How to complete this task:
The stretch from the line with "#158=MANIFOLD_SOLID_BREP('',#157);" through the line with "The same part" in the records below: write it out exactly, and nothing else.
+++ Data records
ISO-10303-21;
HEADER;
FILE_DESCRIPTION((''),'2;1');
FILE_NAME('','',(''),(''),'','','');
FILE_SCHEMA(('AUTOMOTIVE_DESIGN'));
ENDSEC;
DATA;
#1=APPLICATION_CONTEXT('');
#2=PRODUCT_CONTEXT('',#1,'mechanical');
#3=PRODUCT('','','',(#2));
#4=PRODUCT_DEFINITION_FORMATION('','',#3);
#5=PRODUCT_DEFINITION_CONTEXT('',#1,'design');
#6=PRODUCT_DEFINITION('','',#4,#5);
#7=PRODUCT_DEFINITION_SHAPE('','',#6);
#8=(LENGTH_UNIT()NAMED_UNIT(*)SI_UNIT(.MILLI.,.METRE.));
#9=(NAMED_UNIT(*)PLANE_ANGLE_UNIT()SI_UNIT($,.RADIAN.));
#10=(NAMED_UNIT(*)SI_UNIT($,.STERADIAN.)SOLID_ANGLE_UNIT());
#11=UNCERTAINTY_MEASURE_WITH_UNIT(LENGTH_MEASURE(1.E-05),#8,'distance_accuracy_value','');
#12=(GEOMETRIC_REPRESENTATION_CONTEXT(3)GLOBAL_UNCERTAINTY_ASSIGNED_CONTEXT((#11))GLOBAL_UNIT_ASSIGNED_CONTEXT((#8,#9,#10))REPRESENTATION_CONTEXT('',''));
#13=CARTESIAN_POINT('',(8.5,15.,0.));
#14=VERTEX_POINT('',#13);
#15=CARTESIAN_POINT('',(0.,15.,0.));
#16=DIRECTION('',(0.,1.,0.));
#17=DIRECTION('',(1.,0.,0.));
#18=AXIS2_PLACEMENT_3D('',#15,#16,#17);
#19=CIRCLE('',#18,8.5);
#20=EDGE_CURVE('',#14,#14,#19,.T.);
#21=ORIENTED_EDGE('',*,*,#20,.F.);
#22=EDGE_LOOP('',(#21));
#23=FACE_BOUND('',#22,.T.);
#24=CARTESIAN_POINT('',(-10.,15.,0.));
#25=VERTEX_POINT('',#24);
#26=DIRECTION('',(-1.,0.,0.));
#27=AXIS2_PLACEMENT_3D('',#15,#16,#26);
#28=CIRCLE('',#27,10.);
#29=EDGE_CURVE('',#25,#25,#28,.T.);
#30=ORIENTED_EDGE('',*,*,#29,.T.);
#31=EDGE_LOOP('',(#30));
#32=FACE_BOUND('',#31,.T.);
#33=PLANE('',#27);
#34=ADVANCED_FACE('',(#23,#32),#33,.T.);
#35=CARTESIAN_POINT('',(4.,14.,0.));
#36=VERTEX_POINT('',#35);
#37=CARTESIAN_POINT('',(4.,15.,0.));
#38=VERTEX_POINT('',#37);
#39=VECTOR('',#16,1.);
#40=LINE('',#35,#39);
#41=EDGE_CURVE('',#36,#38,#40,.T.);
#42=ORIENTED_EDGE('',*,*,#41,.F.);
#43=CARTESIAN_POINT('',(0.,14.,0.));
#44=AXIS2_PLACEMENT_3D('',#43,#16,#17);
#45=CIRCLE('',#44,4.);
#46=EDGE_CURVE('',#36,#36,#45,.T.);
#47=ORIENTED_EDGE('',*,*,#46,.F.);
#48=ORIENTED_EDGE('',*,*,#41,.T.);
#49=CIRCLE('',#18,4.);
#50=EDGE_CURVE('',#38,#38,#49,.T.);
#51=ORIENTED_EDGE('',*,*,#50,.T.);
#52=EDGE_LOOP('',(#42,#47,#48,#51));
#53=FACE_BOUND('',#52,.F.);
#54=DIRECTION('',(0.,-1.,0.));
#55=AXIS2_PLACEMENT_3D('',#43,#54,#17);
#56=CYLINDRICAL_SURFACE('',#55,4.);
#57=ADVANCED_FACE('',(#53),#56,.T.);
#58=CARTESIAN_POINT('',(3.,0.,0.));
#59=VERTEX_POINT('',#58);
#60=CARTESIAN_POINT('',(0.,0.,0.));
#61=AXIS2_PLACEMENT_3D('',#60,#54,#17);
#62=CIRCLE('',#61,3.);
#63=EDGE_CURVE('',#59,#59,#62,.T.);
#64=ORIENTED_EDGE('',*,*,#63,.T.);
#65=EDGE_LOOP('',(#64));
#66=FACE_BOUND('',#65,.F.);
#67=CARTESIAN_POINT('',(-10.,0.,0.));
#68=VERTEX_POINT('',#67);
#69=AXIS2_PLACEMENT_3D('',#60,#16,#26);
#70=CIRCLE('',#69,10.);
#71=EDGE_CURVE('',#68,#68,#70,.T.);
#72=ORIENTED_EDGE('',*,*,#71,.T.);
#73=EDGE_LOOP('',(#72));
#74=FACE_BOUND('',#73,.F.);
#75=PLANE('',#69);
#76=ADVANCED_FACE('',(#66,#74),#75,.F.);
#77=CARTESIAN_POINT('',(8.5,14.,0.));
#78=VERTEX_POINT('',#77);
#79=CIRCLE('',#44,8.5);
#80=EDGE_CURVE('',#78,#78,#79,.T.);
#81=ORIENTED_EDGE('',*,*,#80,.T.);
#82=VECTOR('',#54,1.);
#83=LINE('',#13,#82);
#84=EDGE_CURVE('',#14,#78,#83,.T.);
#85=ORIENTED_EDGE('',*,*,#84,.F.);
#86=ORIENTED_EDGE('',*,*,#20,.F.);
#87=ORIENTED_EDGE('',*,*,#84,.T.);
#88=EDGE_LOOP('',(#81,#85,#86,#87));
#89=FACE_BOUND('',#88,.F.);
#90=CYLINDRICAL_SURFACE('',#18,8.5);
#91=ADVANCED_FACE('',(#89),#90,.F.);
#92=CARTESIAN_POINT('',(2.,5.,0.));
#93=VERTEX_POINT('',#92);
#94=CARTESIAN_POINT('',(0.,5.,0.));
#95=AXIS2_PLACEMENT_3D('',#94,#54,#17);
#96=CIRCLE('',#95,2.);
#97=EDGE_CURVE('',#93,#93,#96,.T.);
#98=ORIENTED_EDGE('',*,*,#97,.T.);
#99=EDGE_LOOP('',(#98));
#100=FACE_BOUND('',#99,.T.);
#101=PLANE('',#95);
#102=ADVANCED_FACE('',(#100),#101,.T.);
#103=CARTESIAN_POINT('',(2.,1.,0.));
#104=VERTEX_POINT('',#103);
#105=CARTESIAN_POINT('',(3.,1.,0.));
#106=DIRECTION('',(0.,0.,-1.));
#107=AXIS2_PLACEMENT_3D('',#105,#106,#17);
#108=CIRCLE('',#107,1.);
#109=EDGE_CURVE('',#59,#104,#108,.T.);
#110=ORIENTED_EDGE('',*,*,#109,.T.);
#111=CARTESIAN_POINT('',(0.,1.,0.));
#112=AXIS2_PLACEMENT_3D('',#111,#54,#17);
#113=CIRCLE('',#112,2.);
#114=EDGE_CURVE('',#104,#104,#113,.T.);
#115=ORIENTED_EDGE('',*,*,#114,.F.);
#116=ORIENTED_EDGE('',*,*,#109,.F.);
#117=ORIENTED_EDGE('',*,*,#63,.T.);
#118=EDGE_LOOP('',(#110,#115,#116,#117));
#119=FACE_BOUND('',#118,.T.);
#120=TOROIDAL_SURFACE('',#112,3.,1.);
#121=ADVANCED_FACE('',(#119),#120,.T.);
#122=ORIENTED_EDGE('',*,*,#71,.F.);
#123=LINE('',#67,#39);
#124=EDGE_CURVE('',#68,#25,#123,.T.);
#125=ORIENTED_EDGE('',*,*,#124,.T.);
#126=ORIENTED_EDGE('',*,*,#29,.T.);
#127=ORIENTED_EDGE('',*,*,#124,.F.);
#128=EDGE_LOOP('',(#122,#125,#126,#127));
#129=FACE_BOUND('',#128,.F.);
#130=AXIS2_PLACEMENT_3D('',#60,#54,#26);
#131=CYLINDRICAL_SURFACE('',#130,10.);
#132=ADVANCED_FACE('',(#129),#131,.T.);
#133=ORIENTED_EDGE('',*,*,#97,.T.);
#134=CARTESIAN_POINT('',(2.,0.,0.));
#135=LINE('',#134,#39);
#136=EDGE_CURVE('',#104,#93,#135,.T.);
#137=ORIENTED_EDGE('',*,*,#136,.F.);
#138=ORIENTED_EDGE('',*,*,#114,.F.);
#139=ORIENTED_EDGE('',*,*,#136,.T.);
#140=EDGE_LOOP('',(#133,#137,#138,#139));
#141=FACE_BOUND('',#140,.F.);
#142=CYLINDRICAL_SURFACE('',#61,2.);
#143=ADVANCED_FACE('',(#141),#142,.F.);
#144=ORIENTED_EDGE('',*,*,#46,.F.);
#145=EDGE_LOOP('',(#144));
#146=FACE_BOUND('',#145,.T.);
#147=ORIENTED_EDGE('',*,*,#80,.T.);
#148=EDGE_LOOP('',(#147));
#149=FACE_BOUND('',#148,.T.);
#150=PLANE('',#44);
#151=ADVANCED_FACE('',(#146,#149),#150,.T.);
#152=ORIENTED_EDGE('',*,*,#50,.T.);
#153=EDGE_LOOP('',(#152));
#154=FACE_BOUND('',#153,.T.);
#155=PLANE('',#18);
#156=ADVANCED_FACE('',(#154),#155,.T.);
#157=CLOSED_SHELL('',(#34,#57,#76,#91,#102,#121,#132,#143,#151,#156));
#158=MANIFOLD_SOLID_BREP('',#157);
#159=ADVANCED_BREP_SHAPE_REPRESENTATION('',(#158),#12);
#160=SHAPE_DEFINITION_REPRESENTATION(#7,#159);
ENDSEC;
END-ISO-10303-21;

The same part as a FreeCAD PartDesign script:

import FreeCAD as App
import Part
import Sketcher
from FreeCAD import Vector
Q = App.Units.Quantity


def edges_at(feature, points):
    """Names of the edges that pass closest to the given points."""
    edges = feature.Shape.Edges
    near = lambda p: min(range(len(edges)), key=lambda i: edges[i].distToShape(Part.Vertex(*p))[0])
    return sorted({f"Edge{near(p) + 1}" for p in points})

doc = App.newDocument("Part")
body = doc.addObject("PartDesign::Body", "Body")

sketch1 = body.newObject("Sketcher::SketchObject", "Sketch")
sketch1.AttachmentSupport = (doc.getObject("XZ_Plane"), [""])
sketch1.MapMode = "FlatFace"
sketch1.addGeometry(Part.Circle(Vector(0, 0, 0), Vector(0, 0, 1), 10), False)
sketch1.addConstraint(Sketcher.Constraint("Coincident", 0, 3, -1, 1))
sketch1.addConstraint(Sketcher.Constraint("Diameter", 0, Q("20 mm")))
pad1 = body.newObject("PartDesign::Pad", "Pad")
pad1.Profile = sketch1
pad1.Length = 15
pad1.Reversed = True

sketch2 = body.newObject("Sketcher::SketchObject", "Sketch001")
sketch2.AttachmentSupport = (doc.getObject("XZ_Plane"), [""])
sketch2.MapMode = "FlatFace"
sketch2.AttachmentOffset = App.Placement(Vector(0, 0, -15), App.Rotation())
sketch2.addGeometry(Part.Circle(Vector(0, 0, 0), Vector(0, 0, 1), 8), False)
sketch2.addConstraint(Sketcher.Constraint("Coincident", 0, 3, -1, 1))
sketch2.addConstraint(Sketcher.Constraint("Diameter", 0, Q("17 mm")))
pocket1 = body.newObject("PartDesign::Pocket", "Pocket")
pocket1.Profile = sketch2
pocket1.Length = 1
pocket1.Reversed = True

sketch3 = body.newObject("Sketcher::SketchObject", "Sketch002")
sketch3.AttachmentSupport = (doc.getObject("XZ_Plane"), [""])
sketch3.MapMode = "FlatFace"
sketch3.AttachmentOffset = App.Placement(Vector(0, 0, -14), App.Rotation())
sketch3.addGeometry(Part.Circle(Vector(0, 0, 0), Vector(0, 0, 1), 4), False)
sketch3.addConstraint(Sketcher.Constraint("Coincident", 0, 3, -1, 1))
sketch3.addConstraint(Sketcher.Constraint("Diameter", 0, Q("8 mm")))
pad2 = body.newObject("PartDesign::Pad", "Pad001")
pad2.Profile = sketch3
pad2.Length = 1
pad2.Reversed = True

sketch4 = body.newObject("Sketcher::SketchObject", "Sketch003")
sketch4.AttachmentSupport = (doc.getObject("XZ_Plane"), [""])
sketch4.MapMode = "FlatFace"
sketch4.addGeometry(Part.Circle(Vector(0, 0, 0), Vector(0, 0, 1), 2), False)
sketch4.addConstraint(Sketcher.Constraint("Coincident", 0, 3, -1, 1))
sketch4.addConstraint(Sketcher.Constraint("Diameter", 0, Q("4 mm")))
pocket2 = body.newObject("PartDesign::Pocket", "Pocket001")
pocket2.Profile = sketch4
pocket2.Length = 5
doc.recompute()

fillet = body.newObject("PartDesign::Fillet", "Fillet")
fillet.Base = (pocket2, edges_at(pocket2, [(-2, 0, 0)]))
fillet.Radius = 1

doc.recompute()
++++++
Output for this exercise:
#158=MANIFOLD_SOLID_BREP('',#157);
#159=ADVANCED_BREP_SHAPE_REPRESENTATION('',(#158),#12);
#160=SHAPE_DEFINITION_REPRESENTATION(#7,#159);
ENDSEC;
END-ISO-10303-21;

The same part as a FreeCAD PartDesign script:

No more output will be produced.